#### Dataset records:

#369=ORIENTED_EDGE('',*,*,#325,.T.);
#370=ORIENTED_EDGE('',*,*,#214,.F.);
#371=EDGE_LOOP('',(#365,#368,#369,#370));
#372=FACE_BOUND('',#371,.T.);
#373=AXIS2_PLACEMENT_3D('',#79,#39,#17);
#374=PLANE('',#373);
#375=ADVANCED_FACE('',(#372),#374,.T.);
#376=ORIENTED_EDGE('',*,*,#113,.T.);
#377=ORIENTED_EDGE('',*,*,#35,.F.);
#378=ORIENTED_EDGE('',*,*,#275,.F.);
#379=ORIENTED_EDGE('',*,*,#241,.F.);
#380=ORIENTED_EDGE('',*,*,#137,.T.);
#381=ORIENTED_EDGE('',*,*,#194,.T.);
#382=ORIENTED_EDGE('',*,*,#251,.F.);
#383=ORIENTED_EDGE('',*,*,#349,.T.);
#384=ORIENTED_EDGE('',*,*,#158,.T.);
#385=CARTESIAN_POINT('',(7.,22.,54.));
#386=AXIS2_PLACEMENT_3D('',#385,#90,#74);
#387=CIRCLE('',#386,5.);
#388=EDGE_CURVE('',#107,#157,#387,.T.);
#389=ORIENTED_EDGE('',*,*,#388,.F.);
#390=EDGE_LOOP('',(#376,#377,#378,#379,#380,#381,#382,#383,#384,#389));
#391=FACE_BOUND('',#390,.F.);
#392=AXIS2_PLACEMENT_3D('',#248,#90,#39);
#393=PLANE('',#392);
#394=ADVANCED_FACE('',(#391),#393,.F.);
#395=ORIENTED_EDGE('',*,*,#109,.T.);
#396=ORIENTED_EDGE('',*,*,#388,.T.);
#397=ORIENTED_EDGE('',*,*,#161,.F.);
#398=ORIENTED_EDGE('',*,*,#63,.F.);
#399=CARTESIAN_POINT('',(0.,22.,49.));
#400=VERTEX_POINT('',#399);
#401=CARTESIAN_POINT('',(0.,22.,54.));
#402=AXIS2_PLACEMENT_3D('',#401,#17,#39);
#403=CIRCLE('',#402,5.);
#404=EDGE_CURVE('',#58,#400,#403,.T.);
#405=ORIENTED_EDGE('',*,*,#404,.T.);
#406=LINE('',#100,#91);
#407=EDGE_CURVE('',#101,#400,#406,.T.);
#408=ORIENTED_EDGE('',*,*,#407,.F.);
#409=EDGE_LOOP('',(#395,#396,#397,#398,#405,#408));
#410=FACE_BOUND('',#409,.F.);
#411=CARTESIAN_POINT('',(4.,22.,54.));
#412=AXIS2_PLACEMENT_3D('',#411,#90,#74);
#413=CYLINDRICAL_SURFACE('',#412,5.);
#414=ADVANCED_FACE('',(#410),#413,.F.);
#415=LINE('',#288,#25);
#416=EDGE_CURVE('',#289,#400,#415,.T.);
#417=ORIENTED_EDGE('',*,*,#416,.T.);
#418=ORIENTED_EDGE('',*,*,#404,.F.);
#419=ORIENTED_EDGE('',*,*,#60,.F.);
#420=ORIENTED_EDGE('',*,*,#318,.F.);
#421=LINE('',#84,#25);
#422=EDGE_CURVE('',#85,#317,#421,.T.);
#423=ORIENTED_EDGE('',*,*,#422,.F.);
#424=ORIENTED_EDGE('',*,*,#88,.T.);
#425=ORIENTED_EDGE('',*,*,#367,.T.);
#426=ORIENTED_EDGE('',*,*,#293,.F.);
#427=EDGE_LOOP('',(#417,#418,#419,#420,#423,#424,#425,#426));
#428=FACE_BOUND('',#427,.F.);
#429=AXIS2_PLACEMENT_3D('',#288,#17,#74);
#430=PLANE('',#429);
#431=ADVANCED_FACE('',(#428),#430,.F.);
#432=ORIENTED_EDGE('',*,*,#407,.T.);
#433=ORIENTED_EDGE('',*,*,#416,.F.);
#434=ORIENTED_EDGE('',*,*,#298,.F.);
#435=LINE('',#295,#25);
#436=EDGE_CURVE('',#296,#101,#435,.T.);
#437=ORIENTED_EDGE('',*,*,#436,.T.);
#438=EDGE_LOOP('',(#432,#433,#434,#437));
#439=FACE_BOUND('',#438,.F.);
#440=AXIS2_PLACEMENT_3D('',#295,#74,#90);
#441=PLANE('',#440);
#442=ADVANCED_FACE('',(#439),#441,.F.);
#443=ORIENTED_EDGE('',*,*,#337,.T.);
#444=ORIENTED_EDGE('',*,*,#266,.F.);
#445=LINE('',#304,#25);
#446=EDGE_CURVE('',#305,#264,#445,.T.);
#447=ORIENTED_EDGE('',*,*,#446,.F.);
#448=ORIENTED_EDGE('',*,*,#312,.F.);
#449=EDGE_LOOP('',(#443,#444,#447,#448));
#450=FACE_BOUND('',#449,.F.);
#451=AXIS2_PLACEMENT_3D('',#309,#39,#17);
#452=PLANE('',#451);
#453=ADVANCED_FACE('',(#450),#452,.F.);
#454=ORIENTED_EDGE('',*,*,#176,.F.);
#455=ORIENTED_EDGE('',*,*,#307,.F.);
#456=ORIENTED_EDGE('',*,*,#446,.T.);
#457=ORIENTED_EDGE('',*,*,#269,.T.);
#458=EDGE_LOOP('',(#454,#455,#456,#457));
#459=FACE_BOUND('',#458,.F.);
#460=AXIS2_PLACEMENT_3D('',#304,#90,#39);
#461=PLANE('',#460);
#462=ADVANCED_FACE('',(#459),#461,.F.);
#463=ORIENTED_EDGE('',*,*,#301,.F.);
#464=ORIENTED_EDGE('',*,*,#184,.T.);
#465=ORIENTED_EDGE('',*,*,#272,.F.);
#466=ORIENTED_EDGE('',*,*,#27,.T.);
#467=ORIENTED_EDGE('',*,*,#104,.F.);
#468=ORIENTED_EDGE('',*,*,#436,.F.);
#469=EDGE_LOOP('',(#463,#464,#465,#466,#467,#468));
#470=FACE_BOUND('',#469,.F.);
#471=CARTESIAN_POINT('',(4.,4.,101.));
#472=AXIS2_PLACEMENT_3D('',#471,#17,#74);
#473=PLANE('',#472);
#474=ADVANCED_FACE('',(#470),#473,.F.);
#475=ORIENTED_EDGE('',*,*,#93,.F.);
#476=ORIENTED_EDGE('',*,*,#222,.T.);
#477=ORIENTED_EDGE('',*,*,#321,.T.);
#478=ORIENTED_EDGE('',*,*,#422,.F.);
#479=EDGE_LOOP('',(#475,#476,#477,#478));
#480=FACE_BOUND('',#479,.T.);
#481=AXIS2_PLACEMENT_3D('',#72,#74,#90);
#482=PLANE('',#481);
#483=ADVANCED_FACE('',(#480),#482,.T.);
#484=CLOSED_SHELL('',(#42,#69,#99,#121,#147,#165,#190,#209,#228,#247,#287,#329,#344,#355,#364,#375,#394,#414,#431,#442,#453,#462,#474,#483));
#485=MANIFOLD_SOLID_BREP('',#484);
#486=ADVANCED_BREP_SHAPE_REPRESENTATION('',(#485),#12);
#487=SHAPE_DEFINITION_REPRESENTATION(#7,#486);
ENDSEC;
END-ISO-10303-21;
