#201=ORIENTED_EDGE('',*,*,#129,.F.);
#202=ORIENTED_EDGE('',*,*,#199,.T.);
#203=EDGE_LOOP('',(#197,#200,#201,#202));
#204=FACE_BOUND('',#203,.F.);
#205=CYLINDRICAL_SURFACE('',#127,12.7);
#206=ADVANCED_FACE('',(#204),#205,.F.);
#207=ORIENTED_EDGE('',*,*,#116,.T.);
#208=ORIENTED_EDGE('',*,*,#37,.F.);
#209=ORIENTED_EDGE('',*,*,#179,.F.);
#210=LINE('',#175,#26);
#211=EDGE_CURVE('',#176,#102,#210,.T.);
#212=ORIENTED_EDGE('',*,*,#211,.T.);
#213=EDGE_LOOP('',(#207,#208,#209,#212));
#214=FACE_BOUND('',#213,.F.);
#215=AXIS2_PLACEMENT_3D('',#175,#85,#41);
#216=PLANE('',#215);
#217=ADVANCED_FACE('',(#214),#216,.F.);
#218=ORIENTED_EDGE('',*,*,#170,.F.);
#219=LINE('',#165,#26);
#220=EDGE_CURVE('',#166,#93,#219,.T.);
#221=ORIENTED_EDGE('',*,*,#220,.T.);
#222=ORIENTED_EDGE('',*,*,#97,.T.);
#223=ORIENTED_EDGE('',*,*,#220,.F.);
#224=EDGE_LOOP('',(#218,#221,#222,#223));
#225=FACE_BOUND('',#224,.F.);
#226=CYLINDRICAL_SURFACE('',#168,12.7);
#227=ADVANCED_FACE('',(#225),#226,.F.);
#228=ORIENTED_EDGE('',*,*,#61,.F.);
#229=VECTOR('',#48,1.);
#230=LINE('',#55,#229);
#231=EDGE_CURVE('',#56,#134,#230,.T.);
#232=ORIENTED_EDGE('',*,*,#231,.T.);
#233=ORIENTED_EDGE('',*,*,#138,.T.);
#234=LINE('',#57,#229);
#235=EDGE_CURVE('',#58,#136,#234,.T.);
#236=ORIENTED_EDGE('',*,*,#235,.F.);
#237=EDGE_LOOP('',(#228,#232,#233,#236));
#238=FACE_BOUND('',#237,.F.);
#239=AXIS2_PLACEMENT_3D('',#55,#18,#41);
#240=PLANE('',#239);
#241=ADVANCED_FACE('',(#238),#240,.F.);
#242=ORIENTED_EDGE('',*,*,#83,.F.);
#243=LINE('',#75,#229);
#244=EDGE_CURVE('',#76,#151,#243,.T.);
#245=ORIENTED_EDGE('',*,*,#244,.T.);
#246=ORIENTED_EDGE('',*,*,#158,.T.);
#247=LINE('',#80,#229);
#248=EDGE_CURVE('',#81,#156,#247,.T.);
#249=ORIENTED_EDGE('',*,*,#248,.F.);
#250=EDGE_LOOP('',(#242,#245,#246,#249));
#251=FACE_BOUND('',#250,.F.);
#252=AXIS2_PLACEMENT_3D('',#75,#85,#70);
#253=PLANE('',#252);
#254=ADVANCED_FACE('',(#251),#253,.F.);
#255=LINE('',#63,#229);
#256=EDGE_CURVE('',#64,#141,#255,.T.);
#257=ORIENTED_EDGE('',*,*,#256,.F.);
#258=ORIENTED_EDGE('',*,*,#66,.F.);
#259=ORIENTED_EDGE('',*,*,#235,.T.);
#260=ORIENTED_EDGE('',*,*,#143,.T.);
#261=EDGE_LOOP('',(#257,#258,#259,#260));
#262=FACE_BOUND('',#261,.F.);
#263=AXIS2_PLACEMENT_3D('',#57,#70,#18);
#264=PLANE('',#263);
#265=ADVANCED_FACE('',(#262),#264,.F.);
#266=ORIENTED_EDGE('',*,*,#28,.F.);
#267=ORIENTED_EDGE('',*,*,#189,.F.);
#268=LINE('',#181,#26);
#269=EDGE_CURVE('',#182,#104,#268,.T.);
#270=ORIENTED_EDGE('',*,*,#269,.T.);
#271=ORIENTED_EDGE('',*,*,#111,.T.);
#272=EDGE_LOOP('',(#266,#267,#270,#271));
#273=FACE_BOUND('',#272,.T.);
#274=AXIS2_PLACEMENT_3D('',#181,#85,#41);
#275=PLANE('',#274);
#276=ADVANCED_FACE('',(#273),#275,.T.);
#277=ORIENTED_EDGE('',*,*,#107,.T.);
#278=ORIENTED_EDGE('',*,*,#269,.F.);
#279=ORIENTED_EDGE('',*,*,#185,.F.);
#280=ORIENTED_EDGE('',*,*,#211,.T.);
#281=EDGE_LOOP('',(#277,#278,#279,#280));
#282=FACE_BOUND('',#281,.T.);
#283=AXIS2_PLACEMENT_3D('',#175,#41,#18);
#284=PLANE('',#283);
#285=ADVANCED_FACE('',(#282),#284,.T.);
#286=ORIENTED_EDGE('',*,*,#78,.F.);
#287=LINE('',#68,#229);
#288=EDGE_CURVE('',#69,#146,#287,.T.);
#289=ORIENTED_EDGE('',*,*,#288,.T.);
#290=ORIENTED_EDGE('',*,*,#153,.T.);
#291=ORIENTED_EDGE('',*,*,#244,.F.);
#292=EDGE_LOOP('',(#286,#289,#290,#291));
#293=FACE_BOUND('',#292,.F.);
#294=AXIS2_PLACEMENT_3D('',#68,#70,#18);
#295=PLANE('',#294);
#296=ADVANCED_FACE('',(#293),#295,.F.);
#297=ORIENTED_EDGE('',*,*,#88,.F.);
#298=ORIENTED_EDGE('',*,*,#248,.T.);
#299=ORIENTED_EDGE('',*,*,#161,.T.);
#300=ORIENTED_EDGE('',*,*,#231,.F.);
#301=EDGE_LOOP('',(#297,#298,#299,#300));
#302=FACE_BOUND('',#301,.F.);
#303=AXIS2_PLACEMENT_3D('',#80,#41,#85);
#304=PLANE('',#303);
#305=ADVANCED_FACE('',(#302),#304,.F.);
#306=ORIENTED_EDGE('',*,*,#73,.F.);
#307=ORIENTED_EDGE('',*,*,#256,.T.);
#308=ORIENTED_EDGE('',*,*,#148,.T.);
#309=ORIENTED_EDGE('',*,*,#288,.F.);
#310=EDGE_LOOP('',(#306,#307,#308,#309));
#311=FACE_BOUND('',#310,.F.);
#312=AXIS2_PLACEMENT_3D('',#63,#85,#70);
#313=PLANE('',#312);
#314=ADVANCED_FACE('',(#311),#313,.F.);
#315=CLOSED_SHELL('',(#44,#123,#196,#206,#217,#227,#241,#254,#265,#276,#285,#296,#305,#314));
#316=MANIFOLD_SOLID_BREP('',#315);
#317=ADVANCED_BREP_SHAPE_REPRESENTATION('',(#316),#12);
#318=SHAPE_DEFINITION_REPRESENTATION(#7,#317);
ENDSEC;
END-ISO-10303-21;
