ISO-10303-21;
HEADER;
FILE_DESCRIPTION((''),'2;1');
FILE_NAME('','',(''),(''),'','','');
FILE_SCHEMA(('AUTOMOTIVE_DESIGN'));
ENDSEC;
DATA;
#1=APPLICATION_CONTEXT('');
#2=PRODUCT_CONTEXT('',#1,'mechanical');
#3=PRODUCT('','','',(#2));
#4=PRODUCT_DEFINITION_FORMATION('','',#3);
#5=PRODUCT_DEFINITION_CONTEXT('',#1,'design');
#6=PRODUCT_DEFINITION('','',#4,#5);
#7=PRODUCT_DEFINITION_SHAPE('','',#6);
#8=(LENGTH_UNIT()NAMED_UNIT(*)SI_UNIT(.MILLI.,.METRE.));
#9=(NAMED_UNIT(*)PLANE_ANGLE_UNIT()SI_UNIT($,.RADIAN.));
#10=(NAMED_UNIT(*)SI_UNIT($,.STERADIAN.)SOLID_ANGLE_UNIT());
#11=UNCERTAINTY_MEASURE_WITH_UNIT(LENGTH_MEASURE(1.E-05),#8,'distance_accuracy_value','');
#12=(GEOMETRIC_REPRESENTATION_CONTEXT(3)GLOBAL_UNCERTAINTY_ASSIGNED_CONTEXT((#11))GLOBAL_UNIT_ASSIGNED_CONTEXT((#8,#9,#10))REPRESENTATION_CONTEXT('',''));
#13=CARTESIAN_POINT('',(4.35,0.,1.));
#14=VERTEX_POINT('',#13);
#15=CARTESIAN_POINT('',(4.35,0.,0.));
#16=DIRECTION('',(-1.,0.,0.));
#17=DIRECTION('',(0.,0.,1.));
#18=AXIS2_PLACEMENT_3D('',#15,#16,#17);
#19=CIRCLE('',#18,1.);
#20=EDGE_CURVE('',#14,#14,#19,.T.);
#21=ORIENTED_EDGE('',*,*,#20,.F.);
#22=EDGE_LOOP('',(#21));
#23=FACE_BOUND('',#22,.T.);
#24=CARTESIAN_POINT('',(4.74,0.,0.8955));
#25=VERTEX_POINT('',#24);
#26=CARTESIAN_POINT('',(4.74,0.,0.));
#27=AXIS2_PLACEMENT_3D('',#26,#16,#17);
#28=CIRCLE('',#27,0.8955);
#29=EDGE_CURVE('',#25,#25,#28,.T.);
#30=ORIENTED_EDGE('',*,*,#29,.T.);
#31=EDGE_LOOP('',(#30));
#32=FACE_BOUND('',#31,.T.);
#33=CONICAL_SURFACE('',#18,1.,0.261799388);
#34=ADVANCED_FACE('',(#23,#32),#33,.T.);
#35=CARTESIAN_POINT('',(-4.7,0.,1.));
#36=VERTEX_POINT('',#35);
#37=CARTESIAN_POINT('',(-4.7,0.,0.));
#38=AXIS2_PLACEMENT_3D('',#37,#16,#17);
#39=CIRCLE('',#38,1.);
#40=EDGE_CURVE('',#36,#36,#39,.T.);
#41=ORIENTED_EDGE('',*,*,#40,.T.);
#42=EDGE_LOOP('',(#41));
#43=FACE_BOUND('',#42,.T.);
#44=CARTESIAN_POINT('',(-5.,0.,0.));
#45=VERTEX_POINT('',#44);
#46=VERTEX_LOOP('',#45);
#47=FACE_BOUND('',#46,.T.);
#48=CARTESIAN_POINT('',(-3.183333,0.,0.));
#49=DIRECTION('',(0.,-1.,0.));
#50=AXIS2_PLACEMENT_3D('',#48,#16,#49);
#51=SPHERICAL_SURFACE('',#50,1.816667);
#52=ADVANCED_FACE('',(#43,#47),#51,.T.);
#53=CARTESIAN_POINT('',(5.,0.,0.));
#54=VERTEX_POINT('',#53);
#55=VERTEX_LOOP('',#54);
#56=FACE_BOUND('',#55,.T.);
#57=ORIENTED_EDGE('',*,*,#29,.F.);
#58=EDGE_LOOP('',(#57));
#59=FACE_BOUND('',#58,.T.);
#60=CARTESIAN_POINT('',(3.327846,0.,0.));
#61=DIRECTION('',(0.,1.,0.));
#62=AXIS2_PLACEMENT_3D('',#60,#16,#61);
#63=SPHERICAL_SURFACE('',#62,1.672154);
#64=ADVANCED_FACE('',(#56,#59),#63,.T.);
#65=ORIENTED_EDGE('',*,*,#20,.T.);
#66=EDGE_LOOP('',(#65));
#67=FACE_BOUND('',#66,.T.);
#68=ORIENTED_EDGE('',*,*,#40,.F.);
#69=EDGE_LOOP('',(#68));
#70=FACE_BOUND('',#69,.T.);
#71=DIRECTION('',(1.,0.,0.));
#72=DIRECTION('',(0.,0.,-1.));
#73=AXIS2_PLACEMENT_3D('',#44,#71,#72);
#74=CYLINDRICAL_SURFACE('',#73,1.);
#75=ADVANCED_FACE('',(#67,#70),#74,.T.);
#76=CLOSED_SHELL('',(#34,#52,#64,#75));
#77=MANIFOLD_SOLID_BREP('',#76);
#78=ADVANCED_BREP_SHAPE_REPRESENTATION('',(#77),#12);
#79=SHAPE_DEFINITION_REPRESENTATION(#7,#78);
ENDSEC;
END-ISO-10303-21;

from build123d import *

# Parameters (mm, degrees)
SKETCH2_R           = 1
EXTRUDE1_DEPTH      = 5
EXTRUDE1_DEPTH_BACK = 5


with BuildPart() as part:
    # Sketch2 → Extrude1 (new body, two sides)
    with BuildSketch(Plane(origin=(0, 0, 0), x_dir=(0, 0, -1), z_dir=(1, 0, 0))) as extrude1_sk:
        Circle(SKETCH2_R)
    extrude(amount=EXTRUDE1_DEPTH)
    extrude(extrude1_sk.sketch, amount=-EXTRUDE1_DEPTH_BACK)

    # Sketch5 → Cut-Revolve1 (revolve, cut)
    with BuildSketch(Plane.XY):
        with BuildLine():
            Line((4.35, 1), (4.35, 1.5))
            Line((4.35, 1.5), (5.5, 1.5))
            Line((5.5, 1.5), (5.5, 0))
            Line((5.5, 0), (5, 0))
            ThreePointArc((5, 0), (4.933685026, 0.46624026), (4.74, 0.895499815))
            Line((4.74, 0.895499815), (4.35, 1))
        make_face()
        with BuildLine():
            Line((-4.7, 1), (-4.7, 1.5))
            Line((-4.7, 1.5), (-5.5, 1.5))
            Line((-5.5, 1.5), (-5.5, 0))
            Line((-5.5, 0), (-5, 0))
            ThreePointArc((-5, 0), (-4.923384418, 0.522015325), (-4.7, 1))
        make_face()
    revolve(axis=Axis((-5, 0, 0), (1, 0, 0)), mode=Mode.SUBTRACT)


solid = part.part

#### Exercise instructions:
Begin at the first line of the material above. Transcribe each line exactly, ending with the line that contains "#393=PLANE('',#392);".

#### Output of the exercise:
#369=ORIENTED_EDGE('',*,*,#325,.T.);
#370=ORIENTED_EDGE('',*,*,#214,.F.);
#371=EDGE_LOOP('',(#365,#368,#369,#370));
#372=FACE_BOUND('',#371,.T.);
#373=AXIS2_PLACEMENT_3D('',#79,#39,#17);
#374=PLANE('',#373);
#375=ADVANCED_FACE('',(#372),#374,.T.);
#376=ORIENTED_EDGE('',*,*,#113,.T.);
#377=ORIENTED_EDGE('',*,*,#35,.F.);
#378=ORIENTED_EDGE('',*,*,#275,.F.);
#379=ORIENTED_EDGE('',*,*,#241,.F.);
#380=ORIENTED_EDGE('',*,*,#137,.T.);
#381=ORIENTED_EDGE('',*,*,#194,.T.);
#382=ORIENTED_EDGE('',*,*,#251,.F.);
#383=ORIENTED_EDGE('',*,*,#349,.T.);
#384=ORIENTED_EDGE('',*,*,#158,.T.);
#385=CARTESIAN_POINT('',(7.,22.,54.));
#386=AXIS2_PLACEMENT_3D('',#385,#90,#74);
#387=CIRCLE('',#386,5.);
#388=EDGE_CURVE('',#107,#157,#387,.T.);
#389=ORIENTED_EDGE('',*,*,#388,.F.);
#390=EDGE_LOOP('',(#376,#377,#378,#379,#380,#381,#382,#383,#384,#389));
#391=FACE_BOUND('',#390,.F.);
#392=AXIS2_PLACEMENT_3D('',#248,#90,#39);
#393=PLANE('',#392);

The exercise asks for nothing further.